No CADPAT crew suits. And we don't use the oldstyle either. The only crew type suits in use are the TACHEL type 2 peice, and these are used in Afghanistan. Otherwise the only other option is coveralls. Grey or Black.


----------



## my72jeep (23 Jan 2011)

Ok thanks for the info. I was going through some old photos an saw one, it got me thinking.


----------



## REDinstaller (23 Jan 2011)

No problem. Alot of guys I know never did like the crew suits. Not exactly comfy for those of us with a bit more padding.


----------



## my72jeep (23 Jan 2011)

we had an MP MWO in Borden with and ample mid section that allways wore one. Needlesss to say it looked ........ well it looked non military.


----------



## REDinstaller (23 Jan 2011)

Why would a MP of any rank require a crew suit?


----------



## my72jeep (23 Jan 2011)

no clew


----------



## Fishbone Jones (23 Jan 2011)

Tango18A said:
			
		

> Why would a MP of any rank require a crew suit?



Exactly, and not to all crewmen either. The original intent for crewsuits was only for AFV crews. Crewsuits used to be issued by Sqn stores. If you didn't have the job profile, you didn't get any.


----------



## Franko (23 Jan 2011)

my72jeep said:
			
		

> we had an MP MWO in Borden with and ample mid section that allways wore one. Needlesss to say it looked ........ well it looked non military.

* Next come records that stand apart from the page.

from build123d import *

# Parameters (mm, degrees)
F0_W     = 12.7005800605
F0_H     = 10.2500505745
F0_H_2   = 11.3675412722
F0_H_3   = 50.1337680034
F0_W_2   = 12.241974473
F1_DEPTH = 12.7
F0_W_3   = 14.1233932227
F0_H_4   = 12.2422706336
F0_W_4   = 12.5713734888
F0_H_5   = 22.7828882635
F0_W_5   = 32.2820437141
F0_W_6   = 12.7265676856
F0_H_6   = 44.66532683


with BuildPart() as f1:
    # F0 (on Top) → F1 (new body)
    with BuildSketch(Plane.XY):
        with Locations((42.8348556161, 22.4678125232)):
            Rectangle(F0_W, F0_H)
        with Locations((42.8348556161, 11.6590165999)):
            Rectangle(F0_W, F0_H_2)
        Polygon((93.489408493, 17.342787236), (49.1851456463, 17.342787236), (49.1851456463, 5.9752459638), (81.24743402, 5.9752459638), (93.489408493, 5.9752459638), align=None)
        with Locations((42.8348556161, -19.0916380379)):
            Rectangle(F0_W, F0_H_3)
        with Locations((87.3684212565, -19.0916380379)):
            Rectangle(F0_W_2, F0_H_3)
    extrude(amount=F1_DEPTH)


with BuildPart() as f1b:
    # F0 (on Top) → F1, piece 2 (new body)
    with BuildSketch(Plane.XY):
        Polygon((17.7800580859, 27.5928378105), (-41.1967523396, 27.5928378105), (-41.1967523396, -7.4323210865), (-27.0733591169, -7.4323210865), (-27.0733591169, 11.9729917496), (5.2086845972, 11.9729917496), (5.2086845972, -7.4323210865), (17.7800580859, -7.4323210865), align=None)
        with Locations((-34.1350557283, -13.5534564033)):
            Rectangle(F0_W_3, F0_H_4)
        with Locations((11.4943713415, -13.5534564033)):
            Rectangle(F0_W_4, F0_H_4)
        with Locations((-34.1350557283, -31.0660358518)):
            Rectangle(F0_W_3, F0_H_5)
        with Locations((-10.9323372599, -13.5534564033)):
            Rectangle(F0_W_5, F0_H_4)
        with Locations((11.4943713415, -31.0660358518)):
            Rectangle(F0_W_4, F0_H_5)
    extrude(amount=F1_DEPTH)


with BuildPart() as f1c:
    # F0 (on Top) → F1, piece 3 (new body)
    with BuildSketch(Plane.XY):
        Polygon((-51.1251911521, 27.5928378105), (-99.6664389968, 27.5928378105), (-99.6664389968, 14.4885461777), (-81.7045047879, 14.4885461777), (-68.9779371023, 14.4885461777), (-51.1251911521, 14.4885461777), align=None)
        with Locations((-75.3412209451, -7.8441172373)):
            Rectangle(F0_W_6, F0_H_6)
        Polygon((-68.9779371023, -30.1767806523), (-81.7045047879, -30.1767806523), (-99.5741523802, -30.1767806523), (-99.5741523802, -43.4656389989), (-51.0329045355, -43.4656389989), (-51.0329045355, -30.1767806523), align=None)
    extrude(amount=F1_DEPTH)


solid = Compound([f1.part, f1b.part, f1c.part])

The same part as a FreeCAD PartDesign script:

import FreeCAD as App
import Part
import Sketcher
Q = App.Units.Quantity


def add_polygon(sketch, points):
    """Adds a closed chain of lines whose ends are joined by coincident constraints."""
    first, n = sketch.GeometryCount, len(points)
    for a, b in zip(points, points[1:] + points[:1]):
        sketch.addGeometry(Part.LineSegment(App.Vector(*a, 0), App.Vector(*b, 0)), False)
    for i in range(n):
        sketch.addConstraint(Sketcher.Constraint("Coincident", first + i, 2, first + (i + 1) % n, 1))

doc = App.newDocument("Part")
body = doc.addObject("PartDesign::Body", "Body")

# Sketch on XY plane
sketch1 = body.newObject("Sketcher::SketchObject", "Sketch")
sketch1.AttachmentSupport = (doc.getObject("XY_Plane"), [""])
sketch1.MapMode = "FlatFace"
add_polygon(sketch1, [(36.484566, 27.592838), (36.484566, -44.158522), (49.185146, -44.158522), (49.185146, 5.975246), (81.247434, 5.975246), (81.247434, -44.158522), (93.489408, -44.158522), (93.489408, 17.342787), (49.185146, 17.342787), (49.185146, 27.592838)])  # lines 0-9
sketch1.addConstraint(Sketcher.Constraint("Vertical", 0))
sketch1.addConstraint(Sketcher.Constraint("Horizontal", 1))
sketch1.addConstraint(Sketcher.Constraint("Vertical", 2))
sketch1.addConstraint(Sketcher.Constraint("Horizontal", 3))
sketch1.addConstraint(Sketcher.Constraint("Vertical", 4))
sketch1.addConstraint(Sketcher.Constraint("Horizontal", 5))
sketch1.addConstraint(Sketcher.Constraint("Vertical", 6))
sketch1.addConstraint(Sketcher.Constraint("Horizontal", 7))
sketch1.addConstraint(Sketcher.Constraint("Vertical", 8))
sketch1.addConstraint(Sketcher.Constraint("Horizontal", 9))
sketch1.addConstraint(Sketcher.Constraint("Horizontal", 1, 2, 4, 2))
sketch1.addConstraint(Sketcher.Constraint("Vertical", 2, 2, 7, 2))
sketch1.addConstraint(Sketcher.Constraint("DistanceX", 1, 1, 1, 2, 12.70058))
sketch1.addConstraint(Sketcher.Constraint("DistanceX", 3, 1, 3, 2, 32.062288))
sketch1.addConstraint(Sketcher.Constraint("DistanceY", 0, 2, 0, 1, 71.75136))
sketch1.addConstraint(Sketcher.Constraint("DistanceY", 2, 1, 2, 2, 50.133768))
sketch1.addConstraint(Sketcher.Constraint("DistanceY", 6, 1, 6, 2, 61.501309))
sketch1.addConstraint(Sketcher.Constraint("DistanceX", 5, 1, 5, 2, 12.241974))
sketch1.addConstraint(Sketcher.Constraint("DistanceX", -1, 1, 5, 2, 93.489408))
sketch1.addConstraint(Sketcher.Constraint("DistanceY", 0, 2, -1, 1, 44.158522))
pad1 = body.newObject("PartDesign::Pad", "Pad")
pad1.Profile = sketch1
pad1.Length = Q("0.5 in")
body2 = doc.addObject("PartDesign::Body", "Body001")

# Sketch on XY plane
sketch2 = body2.newObject("Sketcher::SketchObject", "Sketch001")
sketch2.AttachmentSupport = (doc.getObject("XY_Plane001"), [""])
sketch2.MapMode = "FlatFace"
add_polygon(sketch2, [(17.780058, 27.592838), (-41.196752, 27.592838), (-41.196752, -42.45748), (-27.073359, -42.45748), (-27.073359, -19.674592), (5.208685, -19.674592), (5.208685, -42.45748), (17.780058, -42.45748)])  # lines 0-7
add_polygon(sketch2, [(-27.073359, -7.432321), (-27.073359, 11.972992), (5.208685, 11.972992), (5.208685, -7.432321)])  # lines 8-11
sketch2.addConstraint(Sketcher.Constraint("Horizontal", 0))
sketch2.addConstraint(Sketcher.Constraint("Vertical", 1))
sketch2.addConstraint(Sketcher.Constraint("Horizontal", 2))
sketch2.addConstraint(Sketcher.Constraint("Vertical", 3))
sketch2.addConstraint(Sketcher.Constraint("Horizontal", 4))
sketch2.addConstraint(Sketcher.Constraint("Vertical", 5))
sketch2.addConstraint(Sketcher.Constraint("Horizontal", 6))
sketch2.addConstraint(Sketcher.Constraint("Vertical", 7))
sketch2.addConstraint(Sketcher.Constraint("Vertical", 8))
sketch2.addConstraint(Sketcher.Constraint("Horizontal", 9))
sketch2.addConstraint(Sketcher.Constraint("Vertical", 10))
sketch2.addConstraint(Sketcher.Constraint("Horizontal", 11))
sketch2.addConstraint(Sketcher.Constraint("Horizontal", 2, 2, 5, 2))
sketch2.addConstraint(Sketcher.Constraint("Vertical", 3, 2, 8, 2))
sketch2.addConstraint(Sketcher.Constraint("Vertical", 5, 2, 9, 2))
sketch2.addConstraint(Sketcher.Constraint("DistanceX", 0, 2, 0, 1, 58.97681))
sketch2.addConstraint(Sketcher.Constraint("DistanceY", 3, 1, 3, 2, 22.782888))
sketch2.addConstraint(Sketcher.Constraint("DistanceX", 2, 1, 2, 2, 14.123393))
sketch2.addConstraint(Sketcher.Constraint("DistanceX", 4, 1, 4, 2, 32.282044))
sketch2.addConstraint(Sketcher.Constraint("DistanceY", 1, 2, 1, 1, 70.050318))
sketch2.addConstraint(Sketcher.Constraint("DistanceY", 8, 1, 8, 2, 19.405313))
sketch2.addConstraint(Sketcher.Constraint("DistanceY", 1, 2, -1, 1, 42.45748))
sketch2.addConstraint(Sketcher.Constraint("DistanceX", 2, 2, -1, 1, 27.073359))
sketch2.addConstraint(Sketcher.Constraint("DistanceY", -1, 1, 8, 2, 11.972992))
pad2 = body2.newObject("PartDesign::Pad", "Pad001")
pad2.Profile = sketch2
pad2.Length = Q("0.5 in")
body3 = doc.addObject("PartDesign::Body", "Body002")

# Sketch on XY plane
sketch3 = body3.newObject("Sketcher::SketchObject", "Sketch002")
sketch3.AttachmentSupport = (doc.getObject("XY_Plane002"), [""])
sketch3.MapMode = "FlatFace"
add_polygon(sketch3, [(-51.125191, 27.592838), (-99.666439, 27.592838), (-99.666439, 14.488546), (-81.704505, 14.488546), (-81.704505, -30.176781), (-99.574152, -30.176781), (-99.574152, -43.465639), (-51.032905, -43.465639), (-51.032905, -30.176781), (-68.977937, -30.176781), (-68.977937, 14.488546), (-51.125191, 14.488546)])  # lines 0-11
sketch3.addConstraint(Sketcher.Constraint("Horizontal", 0))
sketch3.addConstraint(Sketcher.Constraint("Vertical", 1))
sketch3.addConstraint(Sketcher.Constraint("Horizontal", 2))
sketch3.addConstraint(Sketcher.Constraint("Vertical", 3))
sketch3.addConstraint(Sketcher.Constraint("Horizontal", 4))
sketch3.addConstraint(Sketcher.Constraint("Vertical", 5))
sketch3.addConstraint(Sketcher.Constraint("Horizontal", 6))
sketch3.addConstraint(Sketcher.Constraint("Vertical", 7))
sketch3.addConstraint(Sketcher.Constraint("Horizontal", 8))
sketch3.addConstraint(Sketcher.Constraint("Vertical", 9))
sketch3.addConstraint(Sketcher.Constraint("Horizontal", 10))
sketch3.addConstraint(Sketcher.Constraint("Vertical", 11))
sketch3.addConstraint(Sketcher.Constraint("Horizontal", 4, 2, 7, 2))
sketch3.addConstraint(Sketcher.Constraint("Horizontal", 2, 2, 9, 2))
sketch3.addConstraint(Sketcher.Constraint("Equal", 0, 6))
sketch3.addConstraint(Sketcher.Constraint("DistanceY", 1, 2, 1, 1, 13.104292))
sketch3.addConstraint(Sketcher.Constraint("DistanceY", 5, 2, 5, 1, 13.288858))
sketch3.addConstraint(Sketcher.Constraint("DistanceX", 3, 2, 6, 2, 30.6716))
sketch3.addConstraint(Sketcher.Constraint("DistanceX", 1, 2, 9, 2, 30.688502))
sketch3.addConstraint(Sketcher.Constraint("DistanceX", 0, 2, 0, 1, 48.541248))
sketch3.addConstraint(Sketcher.Constraint("DistanceX", 2, 1, 2, 2, 17.961934))
sketch3.addConstraint(Sketcher.Constraint("DistanceY", 3, 2, 3, 1, 44.665327))
sketch3.addConstraint(Sketcher.Constraint("DistanceX", 0, 2, -1, 1, 99.666439))
sketch3.addConstraint(Sketcher.Constraint("DistanceY", 3, 2, -1, 1, 30.176781))
pad3 = body3.newObject("PartDesign::Pad", "Pad002")
pad3.Profile = sketch3
pad3.Length = Q("0.5 in")

doc.recompute()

There is absolutely no reason for anyone other than AFV crews to have a set, regardless of rank. Love to know how an MP would get their hands on a set. Besides, they were useless in the field.


----------



## REDinstaller (23 Jan 2011)

Really hard to use the blue rocket in a hurry when you have to get completely undressed.


----------



## George Wallace (23 Jan 2011)

my72jeep said:
			
		

> we had an MP MWO in Borden with and ample mid section that allways wore one. Needlesss to say it looked ........ well it looked non military.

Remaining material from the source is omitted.